» **Exercise instructions**:
Every line of the material below, from the top through the line with "v -10 5.5 -32.75", should be reproduced exactly.

» **Data**:
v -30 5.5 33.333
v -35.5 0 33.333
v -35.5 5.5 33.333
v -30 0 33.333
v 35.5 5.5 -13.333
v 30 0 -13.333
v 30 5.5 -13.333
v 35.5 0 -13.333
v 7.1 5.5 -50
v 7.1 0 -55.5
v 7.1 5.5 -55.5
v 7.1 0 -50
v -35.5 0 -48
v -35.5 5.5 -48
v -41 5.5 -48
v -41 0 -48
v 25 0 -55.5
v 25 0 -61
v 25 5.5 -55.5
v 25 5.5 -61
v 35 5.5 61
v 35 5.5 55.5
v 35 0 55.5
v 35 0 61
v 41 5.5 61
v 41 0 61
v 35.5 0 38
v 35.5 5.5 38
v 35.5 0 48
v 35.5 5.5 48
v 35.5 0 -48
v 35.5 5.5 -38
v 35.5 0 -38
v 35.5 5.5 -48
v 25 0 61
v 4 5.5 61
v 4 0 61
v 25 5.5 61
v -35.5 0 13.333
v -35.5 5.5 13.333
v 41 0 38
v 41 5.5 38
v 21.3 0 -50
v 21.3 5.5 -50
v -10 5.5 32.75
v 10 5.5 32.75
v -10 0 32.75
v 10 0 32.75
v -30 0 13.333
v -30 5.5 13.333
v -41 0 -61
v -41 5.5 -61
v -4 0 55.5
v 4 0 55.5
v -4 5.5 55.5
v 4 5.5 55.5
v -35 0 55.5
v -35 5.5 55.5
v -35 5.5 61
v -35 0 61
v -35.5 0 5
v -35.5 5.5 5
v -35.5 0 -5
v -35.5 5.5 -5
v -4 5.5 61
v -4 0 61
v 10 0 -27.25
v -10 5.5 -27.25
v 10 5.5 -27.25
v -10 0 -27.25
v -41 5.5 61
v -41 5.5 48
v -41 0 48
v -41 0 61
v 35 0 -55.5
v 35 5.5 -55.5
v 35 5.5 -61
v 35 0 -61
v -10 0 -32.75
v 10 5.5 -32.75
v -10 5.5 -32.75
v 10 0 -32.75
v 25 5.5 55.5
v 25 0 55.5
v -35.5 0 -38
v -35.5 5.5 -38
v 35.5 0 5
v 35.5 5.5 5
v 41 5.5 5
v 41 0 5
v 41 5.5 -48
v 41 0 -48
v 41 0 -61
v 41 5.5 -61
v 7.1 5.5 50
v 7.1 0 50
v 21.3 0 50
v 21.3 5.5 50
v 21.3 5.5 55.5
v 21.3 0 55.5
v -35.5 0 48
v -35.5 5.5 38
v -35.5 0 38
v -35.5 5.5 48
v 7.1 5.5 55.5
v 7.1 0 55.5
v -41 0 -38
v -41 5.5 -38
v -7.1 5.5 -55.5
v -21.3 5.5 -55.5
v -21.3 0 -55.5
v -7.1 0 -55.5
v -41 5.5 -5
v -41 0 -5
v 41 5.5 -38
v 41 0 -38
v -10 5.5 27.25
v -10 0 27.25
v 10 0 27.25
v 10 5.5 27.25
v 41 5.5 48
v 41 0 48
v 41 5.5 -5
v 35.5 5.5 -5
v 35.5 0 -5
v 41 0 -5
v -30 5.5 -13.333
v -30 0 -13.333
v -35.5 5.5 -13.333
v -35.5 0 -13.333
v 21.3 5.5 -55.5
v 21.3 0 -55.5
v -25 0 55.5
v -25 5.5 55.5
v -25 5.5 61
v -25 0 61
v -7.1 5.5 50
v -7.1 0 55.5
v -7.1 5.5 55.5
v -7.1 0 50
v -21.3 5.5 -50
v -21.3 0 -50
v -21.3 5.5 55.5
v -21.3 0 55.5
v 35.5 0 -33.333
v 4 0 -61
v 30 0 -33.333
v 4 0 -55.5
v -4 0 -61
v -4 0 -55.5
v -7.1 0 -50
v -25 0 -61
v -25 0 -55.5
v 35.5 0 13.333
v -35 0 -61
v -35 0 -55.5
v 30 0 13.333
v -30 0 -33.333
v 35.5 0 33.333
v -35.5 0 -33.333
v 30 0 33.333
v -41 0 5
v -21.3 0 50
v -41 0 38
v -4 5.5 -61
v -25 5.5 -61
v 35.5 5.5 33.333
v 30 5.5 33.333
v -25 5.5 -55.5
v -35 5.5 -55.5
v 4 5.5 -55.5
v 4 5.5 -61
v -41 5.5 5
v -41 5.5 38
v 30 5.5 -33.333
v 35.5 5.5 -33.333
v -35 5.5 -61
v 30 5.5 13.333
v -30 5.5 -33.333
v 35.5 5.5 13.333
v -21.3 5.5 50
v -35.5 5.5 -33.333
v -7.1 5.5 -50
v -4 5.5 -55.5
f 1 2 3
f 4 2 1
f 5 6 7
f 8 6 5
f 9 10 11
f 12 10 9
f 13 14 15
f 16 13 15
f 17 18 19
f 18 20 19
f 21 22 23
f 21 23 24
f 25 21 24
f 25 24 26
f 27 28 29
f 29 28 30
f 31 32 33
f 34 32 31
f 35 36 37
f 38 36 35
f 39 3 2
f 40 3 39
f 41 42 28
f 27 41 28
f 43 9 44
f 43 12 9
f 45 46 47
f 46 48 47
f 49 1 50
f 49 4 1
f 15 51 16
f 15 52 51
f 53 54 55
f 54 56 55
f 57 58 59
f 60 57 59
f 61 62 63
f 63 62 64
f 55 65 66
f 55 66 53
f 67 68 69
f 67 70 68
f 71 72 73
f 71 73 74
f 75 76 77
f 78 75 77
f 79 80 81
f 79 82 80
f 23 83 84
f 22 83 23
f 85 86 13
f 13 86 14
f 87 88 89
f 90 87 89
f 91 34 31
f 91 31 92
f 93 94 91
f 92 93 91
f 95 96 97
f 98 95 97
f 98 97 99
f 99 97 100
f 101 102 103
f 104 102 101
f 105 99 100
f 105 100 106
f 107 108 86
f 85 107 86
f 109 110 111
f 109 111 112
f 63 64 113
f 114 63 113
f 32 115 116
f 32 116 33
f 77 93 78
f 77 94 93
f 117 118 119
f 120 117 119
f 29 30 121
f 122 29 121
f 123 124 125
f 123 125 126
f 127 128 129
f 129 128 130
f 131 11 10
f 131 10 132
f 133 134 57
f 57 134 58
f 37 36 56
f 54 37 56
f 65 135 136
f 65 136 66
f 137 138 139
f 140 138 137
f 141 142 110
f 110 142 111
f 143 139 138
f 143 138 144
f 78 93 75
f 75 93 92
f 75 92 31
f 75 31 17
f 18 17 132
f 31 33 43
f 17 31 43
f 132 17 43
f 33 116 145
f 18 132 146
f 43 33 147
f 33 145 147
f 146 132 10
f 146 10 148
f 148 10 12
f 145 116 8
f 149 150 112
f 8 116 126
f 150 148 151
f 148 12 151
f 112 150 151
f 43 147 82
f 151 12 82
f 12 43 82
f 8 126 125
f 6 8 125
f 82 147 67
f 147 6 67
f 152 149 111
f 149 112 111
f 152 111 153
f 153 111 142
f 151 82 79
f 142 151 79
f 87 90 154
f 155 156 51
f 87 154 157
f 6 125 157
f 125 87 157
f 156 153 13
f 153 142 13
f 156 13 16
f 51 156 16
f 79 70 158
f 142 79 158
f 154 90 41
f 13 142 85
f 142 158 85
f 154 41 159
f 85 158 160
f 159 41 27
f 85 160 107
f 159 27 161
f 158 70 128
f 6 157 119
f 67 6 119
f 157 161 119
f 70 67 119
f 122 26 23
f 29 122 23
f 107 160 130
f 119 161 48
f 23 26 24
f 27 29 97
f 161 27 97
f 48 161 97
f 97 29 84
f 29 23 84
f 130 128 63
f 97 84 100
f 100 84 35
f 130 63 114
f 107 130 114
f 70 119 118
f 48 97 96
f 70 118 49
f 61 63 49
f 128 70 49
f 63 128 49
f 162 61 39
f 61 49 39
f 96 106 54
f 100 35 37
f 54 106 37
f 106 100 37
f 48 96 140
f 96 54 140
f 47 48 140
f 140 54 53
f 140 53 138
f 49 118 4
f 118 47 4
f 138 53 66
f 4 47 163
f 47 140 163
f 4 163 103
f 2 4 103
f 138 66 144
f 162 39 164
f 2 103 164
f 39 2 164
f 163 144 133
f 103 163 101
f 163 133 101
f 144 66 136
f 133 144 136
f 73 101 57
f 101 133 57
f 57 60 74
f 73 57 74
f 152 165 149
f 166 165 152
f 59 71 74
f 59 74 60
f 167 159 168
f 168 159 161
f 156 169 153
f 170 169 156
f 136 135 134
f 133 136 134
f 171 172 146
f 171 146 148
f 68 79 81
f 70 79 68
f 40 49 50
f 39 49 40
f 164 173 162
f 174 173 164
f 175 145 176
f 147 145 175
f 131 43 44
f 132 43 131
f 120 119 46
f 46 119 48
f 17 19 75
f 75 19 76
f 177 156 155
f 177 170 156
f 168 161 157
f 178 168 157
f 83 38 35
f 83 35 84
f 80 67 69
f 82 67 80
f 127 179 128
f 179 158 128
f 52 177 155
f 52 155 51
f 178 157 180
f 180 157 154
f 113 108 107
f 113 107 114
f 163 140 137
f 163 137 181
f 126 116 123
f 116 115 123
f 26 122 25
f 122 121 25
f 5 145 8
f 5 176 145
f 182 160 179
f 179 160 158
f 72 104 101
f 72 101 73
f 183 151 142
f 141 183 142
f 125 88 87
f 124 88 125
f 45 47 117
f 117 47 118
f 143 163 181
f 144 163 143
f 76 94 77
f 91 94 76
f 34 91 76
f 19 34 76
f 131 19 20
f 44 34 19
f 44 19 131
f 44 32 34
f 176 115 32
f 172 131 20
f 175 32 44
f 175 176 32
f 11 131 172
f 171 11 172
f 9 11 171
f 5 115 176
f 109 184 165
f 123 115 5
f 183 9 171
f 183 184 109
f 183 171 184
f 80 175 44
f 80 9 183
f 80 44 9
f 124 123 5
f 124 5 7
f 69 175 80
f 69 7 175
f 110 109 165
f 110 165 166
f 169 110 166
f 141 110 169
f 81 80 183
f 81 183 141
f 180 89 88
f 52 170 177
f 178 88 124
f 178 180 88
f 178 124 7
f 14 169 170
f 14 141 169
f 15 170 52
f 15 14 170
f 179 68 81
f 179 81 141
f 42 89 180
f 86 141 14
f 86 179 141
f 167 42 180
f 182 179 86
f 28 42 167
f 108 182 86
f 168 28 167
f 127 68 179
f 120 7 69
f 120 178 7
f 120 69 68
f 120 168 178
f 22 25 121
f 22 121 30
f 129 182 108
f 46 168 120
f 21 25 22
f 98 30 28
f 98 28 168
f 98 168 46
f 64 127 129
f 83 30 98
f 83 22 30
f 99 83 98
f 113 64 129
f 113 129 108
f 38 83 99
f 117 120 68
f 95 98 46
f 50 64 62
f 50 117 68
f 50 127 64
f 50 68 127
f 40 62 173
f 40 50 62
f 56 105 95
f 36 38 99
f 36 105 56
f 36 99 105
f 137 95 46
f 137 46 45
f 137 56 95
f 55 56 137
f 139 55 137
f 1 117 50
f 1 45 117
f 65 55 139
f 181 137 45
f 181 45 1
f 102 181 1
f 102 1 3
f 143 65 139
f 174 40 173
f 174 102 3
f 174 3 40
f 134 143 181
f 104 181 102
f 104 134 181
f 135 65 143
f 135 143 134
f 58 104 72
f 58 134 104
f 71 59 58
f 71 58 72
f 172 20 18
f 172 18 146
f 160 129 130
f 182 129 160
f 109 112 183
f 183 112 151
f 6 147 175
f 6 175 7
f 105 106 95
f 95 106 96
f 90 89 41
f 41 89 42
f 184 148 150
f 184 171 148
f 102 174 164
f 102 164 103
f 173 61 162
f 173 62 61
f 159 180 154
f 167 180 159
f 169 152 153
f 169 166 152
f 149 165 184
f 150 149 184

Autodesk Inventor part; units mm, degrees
ref_plane "YZ Plane" through (0, 0, 0) normal (1, 0, 0) x (0, 1, 0)
ref_plane "XZ Plane" through (0, 0, 0) normal (0, 1, 0) x (-1, 0, 0)
ref_plane "XY Plane" through (0, 0, 0) normal (0, 0, 1) x (1, 0, 0)
sketch "Block1" plane through (0, 0, 0) normal (0, 0, 1) x (1, 0, 0)
  line L0 (-50, 9) -> (-39, 9)
  line L1 (-39, 9) -> (-39, 4)
  line L2 (-39, 4) -> (-50, 4)
  line L3 (-50, 4) -> (-50, 9)
  line L4 (-39, -9) -> (-39, -4)
  line L5 (-50, -9) -> (-39, -9)
  line L6 (-50, -4) -> (-50, -9)
  line L7 (-39, -4) -> (-50, -4)
  line L8 (-39, 46) -> (-39, 41)
  line L9 (-50, 46) -> (-39, 46)
  line L10 (-50, 41) -> (-50, 46)
  line L11 (-39, 41) -> (-50, 41)
  line L12 (-39, -46) -> (-39, -41)
  line L13 (-50, -46) -> (-39, -46)
  line L14 (-50, -41) -> (-50, -46)
  line L15 (-39, -41) -> (-50, -41)
  point P0 (-44.5, 0)
  dimension "d59" = 11
  dimension "d60" = 5
  dimension "d62" = 11
  dimension "d63" = 5
sketch "Block2" plane through (0, 0, 0) normal (0, 0, 1) x (1, 0, 0)
  line L0 (-7.9, 59.1) -> (7.9, 59.1)
  line L1 (7.9, 59.1) -> (7.9, 50.1)
  line L2 (7.9, 50.1) -> (23.3, 50.1)
  line L3 (23.3, 50.1) -> (23.3, 59.1)
  line L4 (23.3, 59.1) -> (39.1, 59.1)
  line L5 (39.1, 59.1) -> (39.1, 50.1)
  line L6 (39.1, 50.1) -> (50.1, 50.1)
  line L7 (50.1, 50.1) -> (50.1, 41.9)
  line L8 (50.1, 41.9) -> (41.1, 41.9)
  line L9 (41.1, 41.9) -> (41.1, 36.1)
  line L10 (41.1, 36.1) -> (50.1, 36.1)
  line L11 (50.1, 36.1) -> (50.1, 12.9)
  line L12 (50.1, 12.9) -> (41.1, 12.9)
  line L13 (41.1, 12.9) -> (41.1, 7.1)
  line L14 (41.1, 7.1) -> (50.1, 7.1)
  line L15 (50.1, 7.1) -> (50.1, -7.1)
  line L16 (50.1, -7.1) -> (41.1, -7.1)
  line L17 (41.1, -7.1) -> (41.1, -12.9)
  line L18 (41.1, -12.9) -> (50.1, -12.9)
  line L19 (50.1, -12.9) -> (50.1, -36.1)
  line L20 (50.1, -36.1) -> (41.1, -36.1)
  line L21 (41.1, -36.1) -> (41.1, -41.9)
  line L22 (41.1, -41.9) -> (50.1, -41.9)
  line L23 (50.1, -41.9) -> (50.1, -50.1)
  line L24 (50.1, -50.1) -> (39.1, -50.1)
  line L25 (39.1, -50.1) -> (39.1, -59.1)
  line L26 (39.1, -59.1) -> (23.3, -59.1)
  line L27 (23.3, -59.1) -> (23.3, -50.1)
  line L28 (23.3, -50.1) -> (7.9, -50.1)
  line L29 (7.9, -50.1) -> (7.9, -59.1)
  line L30 (7.9, -59.1) -> (-7.9, -59.1)
  line L31 (-7.9, -59.1) -> (-7.9, -50.1)
  line L32 (-7.9, -50.1) -> (-23.3, -50.1)
  line L33 (-23.3, -50.1) -> (-23.3, -59.1)
  line L34 (-23.3, -59.1) -> (-39.1, -59.1)
  line L35 (-39.1, -59.1) -> (-39.1, -50.1)
  line L36 (-39.1, -50.1) -> (-50.1, -50.1)
  line L37 (-50.1, -50.1) -> (-50.1, -41.9)
  line L38 (-50.1, -41.9) -> (-41.1, -41.9)
  line L39 (-41.1, -41.9) -> (-41.1, -36.1)
  line L40 (-41.1, -36.1) -> (-50.1, -36.1)
  line L41 (-50.1, -36.1) -> (-50.1, -12.9)
  line L42 (-50.1, -12.9) -> (-41.1, -12.9)
  line L43 (-41.1, -12.9) -> (-41.1, -7.1)
  line L44 (-41.1, -7.1) -> (-50.1, -7.1)
  line L45 (-50.1, -7.1) -> (-50.1, 7.1)
  line L46 (-50.1, 7.1) -> (-41.1, 7.1)
  line L47 (-41.1, 7.1) -> (-41.1, 12.9)
  line L48 (-41.1, 12.9) -> (-50.1, 12.9)
  line L49 (-50.1, 12.9) -> (-50.1, 36.1)
  line L50 (-50.1, 36.1) -> (-41.1, 36.1)
  line L51 (-41.1, 36.1) -> (-41.1, 41.9)
  line L52 (-41.1, 41.9) -> (-50.1, 41.9)
  line L53 (-50.1, 41.9) -> (-50.1, 50.1)
  line L54 (-50.1, 50.1) -> (-39.1, 50.1)
  line L55 (-39.1, 50.1) -> (-39.1, 59.1)
  line L56 (-39.1, 59.1) -> (-23.3, 59.1)
  line L57 (-23.3, 59.1) -> (-23.3, 50.1)
  line L58 (-23.3, 50.1) -> (-7.9, 50.1)
  line L59 (-7.9, 50.1) -> (-7.9, 59.1)
  line L60 (-29.9, 33.4333) -> (-39.1, 33.4333)
  line L61 (-39.1, 33.4333) -> (-39.1, 13.2333)
  line L62 (-39.1, 13.2333) -> (-29.9, 13.2333)
  line L63 (-29.9, 13.2333) -> (-29.9, 33.4333)
  line L64 (-29.9, -13.2333) -> (-39.1, -13.2333)
  line L65 (-39.1, -13.2333) -> (-39.1, -33.4333)
  line L66 (-39.1, -33.4333) -> (-29.9, -33.4333)
  line L67 (-29.9, -33.4333) -> (-29.9, -13.2333)
  line L68 (39.1, 33.4333) -> (39.1, 13.2333)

» **Response to this task**:
v -30 5.5 33.333
v -35.5 0 33.333
v -35.5 5.5 33.333
v -30 0 33.333
v 35.5 5.5 -13.333
v 30 0 -13.333
v 30 5.5 -13.333
v 35.5 0 -13.333
v 7.1 5.5 -50
v 7.1 0 -55.5
v 7.1 5.5 -55.5
v 7.1 0 -50
v -35.5 0 -48
v -35.5 5.5 -48
v -41 5.5 -48
v -41 0 -48
v 25 0 -55.5
v 25 0 -61
v 25 5.5 -55.5
v 25 5.5 -61
v 35 5.5 61
v 35 5.5 55.5
v 35 0 55.5
v 35 0 61
v 41 5.5 61
v 41 0 61
v 35.5 0 38
v 35.5 5.5 38
v 35.5 0 48
v 35.5 5.5 48
v 35.5 0 -48
v 35.5 5.5 -38
v 35.5 0 -38
v 35.5 5.5 -48
v 25 0 61
v 4 5.5 61
v 4 0 61
v 25 5.5 61
v -35.5 0 13.333
v -35.5 5.5 13.333
v 41 0 38
v 41 5.5 38
v 21.3 0 -50
v 21.3 5.5 -50
v -10 5.5 32.75
v 10 5.5 32.75
v -10 0 32.75
v 10 0 32.75
v -30 0 13.333
v -30 5.5 13.333
v -41 0 -61
v -41 5.5 -61
v -4 0 55.5
v 4 0 55.5
v -4 5.5 55.5
v 4 5.5 55.5
v -35 0 55.5
v -35 5.5 55.5
v -35 5.5 61
v -35 0 61
v -35.5 0 5
v -35.5 5.5 5
v -35.5 0 -5
v -35.5 5.5 -5
v -4 5.5 61
v -4 0 61
v 10 0 -27.25
v -10 5.5 -27.25
v 10 5.5 -27.25
v -10 0 -27.25
v -41 5.5 61
v -41 5.5 48
v -41 0 48
v -41 0 61
v 35 0 -55.5
v 35 5.5 -55.5
v 35 5.5 -61
v 35 0 -61
v -10 0 -32.75
v 10 5.5 -32.75
v -10 5.5 -32.75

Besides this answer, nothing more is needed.